Después de ser expulsado del PCE y de juzgárseme en Moscú por «perro antisoviético» y «agente del imperialismo» y «enemigo de la clase obrera», se abrió ante mi vida una nueva interrogación: ¿Qué es lo que ha muerto en mí, el fanatismo o los ideales?
Moría, sí, la fe en la gran mentira de Stalin, pero no podía morir mi ideal, porque en el mundo subsistían las mismas causas que varias décadas atrás me habían llevado a pisar los umbrales del Círculo Socialista de Bilbao. Mientras la injusticia social divida a la sociedad en explotados y explotadores, en ricos y en pobres, en hogares felices y hogares sin pan, las ideas socialistas no pueden morir. El sufrimiento y la miseria hacen a los hombres pensar en una vida más humana. Rusia es el fraude al ideal socialista, pero la grandeza de las aspiraciones a un mundo más equitativo y a unas relaciones sociales más justas están por encima de la accidentalidad de la interpretación de un fenómeno revolucionario. Yo seguía siendo socialista.
Mi «caso» era el reflejo del pensamiento de millones de hombres en el mundo que habiéndose entregado con todas las fibras de su ser a la causa que encarnaba la Revolución de Octubre en Rusia, habían de ir pedazo a pedazo desgarrándose en su fe hasta llegar a liberarse del gran mito que representa esa revolución bajo la égida de Stalin. Ni yo era el primero ni sería el último. Millones de hombres cargados de historia y de amargura se han desgajado de la organización stalinista y miran hoy hacia sus propios países, buscando en ellos la raíz de una razón socialista con alma nacional, inspirada en las tradiciones, en la historia y en la economía de sus pueblos.

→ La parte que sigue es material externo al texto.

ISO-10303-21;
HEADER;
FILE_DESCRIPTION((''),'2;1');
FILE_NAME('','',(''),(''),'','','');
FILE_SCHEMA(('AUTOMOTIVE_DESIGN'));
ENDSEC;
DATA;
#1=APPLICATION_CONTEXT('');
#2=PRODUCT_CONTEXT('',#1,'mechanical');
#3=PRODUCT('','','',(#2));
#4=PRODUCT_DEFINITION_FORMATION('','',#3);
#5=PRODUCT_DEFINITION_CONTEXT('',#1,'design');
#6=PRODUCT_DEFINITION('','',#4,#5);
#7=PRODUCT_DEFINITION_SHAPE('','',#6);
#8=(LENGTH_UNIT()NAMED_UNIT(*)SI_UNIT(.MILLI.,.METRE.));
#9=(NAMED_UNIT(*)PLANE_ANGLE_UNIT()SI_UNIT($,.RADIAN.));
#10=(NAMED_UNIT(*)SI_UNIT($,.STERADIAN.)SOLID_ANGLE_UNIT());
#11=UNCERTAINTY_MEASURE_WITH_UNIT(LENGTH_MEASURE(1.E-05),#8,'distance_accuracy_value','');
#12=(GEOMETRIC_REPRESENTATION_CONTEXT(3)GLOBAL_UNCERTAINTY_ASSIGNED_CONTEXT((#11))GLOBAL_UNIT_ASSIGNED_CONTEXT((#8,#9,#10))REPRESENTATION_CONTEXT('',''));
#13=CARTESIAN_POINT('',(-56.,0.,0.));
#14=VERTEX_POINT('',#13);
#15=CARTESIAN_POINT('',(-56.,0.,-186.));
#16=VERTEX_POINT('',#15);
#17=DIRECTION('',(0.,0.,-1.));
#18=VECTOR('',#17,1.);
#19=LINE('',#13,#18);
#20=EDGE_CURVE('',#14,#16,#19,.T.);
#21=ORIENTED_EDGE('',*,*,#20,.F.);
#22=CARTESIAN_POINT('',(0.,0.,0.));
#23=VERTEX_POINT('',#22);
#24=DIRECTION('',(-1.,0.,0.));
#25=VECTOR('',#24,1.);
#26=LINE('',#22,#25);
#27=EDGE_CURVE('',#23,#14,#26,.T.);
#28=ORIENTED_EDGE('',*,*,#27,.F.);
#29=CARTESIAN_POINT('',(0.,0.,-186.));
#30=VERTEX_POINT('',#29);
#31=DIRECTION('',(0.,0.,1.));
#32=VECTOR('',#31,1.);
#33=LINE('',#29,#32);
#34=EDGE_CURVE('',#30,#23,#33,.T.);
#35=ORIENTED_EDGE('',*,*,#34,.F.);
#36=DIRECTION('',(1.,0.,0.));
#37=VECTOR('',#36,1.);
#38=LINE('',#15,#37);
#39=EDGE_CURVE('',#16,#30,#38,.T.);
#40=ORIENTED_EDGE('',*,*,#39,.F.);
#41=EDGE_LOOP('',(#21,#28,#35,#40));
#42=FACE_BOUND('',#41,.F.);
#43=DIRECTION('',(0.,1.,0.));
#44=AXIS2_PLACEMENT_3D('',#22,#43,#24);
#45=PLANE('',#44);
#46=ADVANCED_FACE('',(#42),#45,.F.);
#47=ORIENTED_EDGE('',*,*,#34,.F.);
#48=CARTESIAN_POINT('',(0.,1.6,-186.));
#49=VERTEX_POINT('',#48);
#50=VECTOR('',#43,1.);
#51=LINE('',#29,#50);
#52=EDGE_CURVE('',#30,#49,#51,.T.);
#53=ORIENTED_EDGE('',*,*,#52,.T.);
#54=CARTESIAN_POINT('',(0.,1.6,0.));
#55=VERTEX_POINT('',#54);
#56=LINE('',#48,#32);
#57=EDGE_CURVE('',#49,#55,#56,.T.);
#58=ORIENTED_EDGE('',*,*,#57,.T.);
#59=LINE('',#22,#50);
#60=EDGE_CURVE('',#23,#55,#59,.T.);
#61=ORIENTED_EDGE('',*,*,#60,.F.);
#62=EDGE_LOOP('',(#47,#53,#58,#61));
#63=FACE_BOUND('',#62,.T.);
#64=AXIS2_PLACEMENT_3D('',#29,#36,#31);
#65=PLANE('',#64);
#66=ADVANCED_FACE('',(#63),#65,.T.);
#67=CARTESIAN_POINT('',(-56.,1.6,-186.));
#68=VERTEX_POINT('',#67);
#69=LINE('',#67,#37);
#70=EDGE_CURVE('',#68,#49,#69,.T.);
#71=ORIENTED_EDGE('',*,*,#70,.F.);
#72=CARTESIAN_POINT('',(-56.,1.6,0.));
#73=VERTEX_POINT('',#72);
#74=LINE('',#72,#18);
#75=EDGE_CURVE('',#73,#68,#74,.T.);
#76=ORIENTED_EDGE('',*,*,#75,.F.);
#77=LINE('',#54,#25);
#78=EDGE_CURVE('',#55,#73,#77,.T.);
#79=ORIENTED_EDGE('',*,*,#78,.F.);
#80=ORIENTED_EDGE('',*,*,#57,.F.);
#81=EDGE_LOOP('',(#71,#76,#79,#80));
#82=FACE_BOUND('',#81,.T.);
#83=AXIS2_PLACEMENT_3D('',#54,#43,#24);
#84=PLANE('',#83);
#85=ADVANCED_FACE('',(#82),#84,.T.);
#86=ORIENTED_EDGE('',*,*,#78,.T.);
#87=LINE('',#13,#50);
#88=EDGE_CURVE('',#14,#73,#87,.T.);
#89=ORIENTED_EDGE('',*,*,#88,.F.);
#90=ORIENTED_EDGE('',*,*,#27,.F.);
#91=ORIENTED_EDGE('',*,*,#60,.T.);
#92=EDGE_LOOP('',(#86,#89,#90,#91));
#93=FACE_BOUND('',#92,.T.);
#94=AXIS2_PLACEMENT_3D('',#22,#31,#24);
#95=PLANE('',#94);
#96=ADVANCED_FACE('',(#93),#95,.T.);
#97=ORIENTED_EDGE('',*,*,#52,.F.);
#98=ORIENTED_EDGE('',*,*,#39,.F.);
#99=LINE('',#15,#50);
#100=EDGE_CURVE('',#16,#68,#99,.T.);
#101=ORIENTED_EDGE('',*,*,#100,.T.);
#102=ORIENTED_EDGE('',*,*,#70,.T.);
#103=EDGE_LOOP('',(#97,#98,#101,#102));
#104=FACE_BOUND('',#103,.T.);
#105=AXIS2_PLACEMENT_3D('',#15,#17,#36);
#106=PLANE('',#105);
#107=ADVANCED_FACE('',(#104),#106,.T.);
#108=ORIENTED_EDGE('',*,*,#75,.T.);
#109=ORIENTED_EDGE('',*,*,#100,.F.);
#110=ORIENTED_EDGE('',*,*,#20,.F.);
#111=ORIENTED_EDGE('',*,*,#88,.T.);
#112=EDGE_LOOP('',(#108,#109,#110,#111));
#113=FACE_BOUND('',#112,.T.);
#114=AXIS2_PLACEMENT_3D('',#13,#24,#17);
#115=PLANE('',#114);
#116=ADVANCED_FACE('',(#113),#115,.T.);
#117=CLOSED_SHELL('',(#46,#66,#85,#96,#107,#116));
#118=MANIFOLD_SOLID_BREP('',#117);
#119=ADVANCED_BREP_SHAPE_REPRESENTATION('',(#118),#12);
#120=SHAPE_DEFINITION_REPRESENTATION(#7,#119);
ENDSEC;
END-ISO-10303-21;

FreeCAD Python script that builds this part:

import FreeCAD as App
import Part
import Sketcher
from FreeCAD import Vector
Q = App.Units.Quantity

doc = App.newDocument("Part")
body = doc.addObject("PartDesign::Body", "Body")

sketch1 = body.newObject("Sketcher::SketchObject", "Sketch")
sketch1.AttachmentSupport = (doc.getObject("XZ_Plane"), [""])
sketch1.MapMode = "FlatFace"
sketch1.addGeometry([
    Part.LineSegment(Vector(-56, 0, 0), Vector(0, 0, 0)),
    Part.LineSegment(Vector(0, 0, 0), Vector(0, -186, 0)),
    Part.LineSegment(Vector(0, -186, 0), Vector(-56, -186, 0)),
    Part.LineSegment(Vector(-56, -186, 0), Vector(-56, 0, 0)),
], False)
sketch1.addConstraint([
    Sketcher.Constraint("Coincident", 0, 2, 1, 1),
    Sketcher.Constraint("Coincident", 1, 2, 2, 1),
    Sketcher.Constraint("Coincident", 2, 2, 3, 1),
    Sketcher.Constraint("Coincident", 3, 2, 0, 1),
    Sketcher.Constraint("Horizontal", 0),
    Sketcher.Constraint("Vertical", 1),
    Sketcher.Constraint("Horizontal", 2),
    Sketcher.Constraint("Vertical", 3),
    Sketcher.Constraint("Coincident", 0, 2, -1, 1),
    Sketcher.Constraint("DistanceX", 0, 1, 0, 2, Q("56 mm")),
    Sketcher.Constraint("DistanceY", 1, 2, 1, 1, Q("186 mm")),
])
pad1 = body.newObject("PartDesign::Pad", "Pad")
pad1.Profile = sketch1
pad1.Length = 1.6
pad1.Reversed = True

doc.recompute()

¿Puede dudarse de que si los disidentes polacos, rumanos, checoslovacos, húngaros, búlgaros y albaneses, y también los que existen en la misma Rusia, que han sido y siguen siendo tan bárbaramente «purgados», hubieran podido en sus propios países escribir con la libertad que lo hago yo en México, no se hubieran expresado en forma semejante a la mía, o de haber tenido libertad para optar no hubieran llevado a sus pueblos por el camino de Tito? Sin duda. Todos ellos son hombres de la vieja guardia, esa vieja guardia que Stalin ha liquidado en Rusia y que está exterminando en todos los países de la «Cortina de Hierro», y en todos los Partidos Comunistas del mundo. Pero cada día son más los que se van que los que esperan ser «depurados». Es un proceso que se desarrolla sincronizado con la marcha política del Kremlin. Y ésta se desliza inconteniblemente por la pendiente del antisocialismo.
Pero ya no caminamos a ciegas. Un viejo proverbio latino dice que cuando está más oscuro es que va a amanecer.
La noche de nuestra fe en Moscú ha pasado.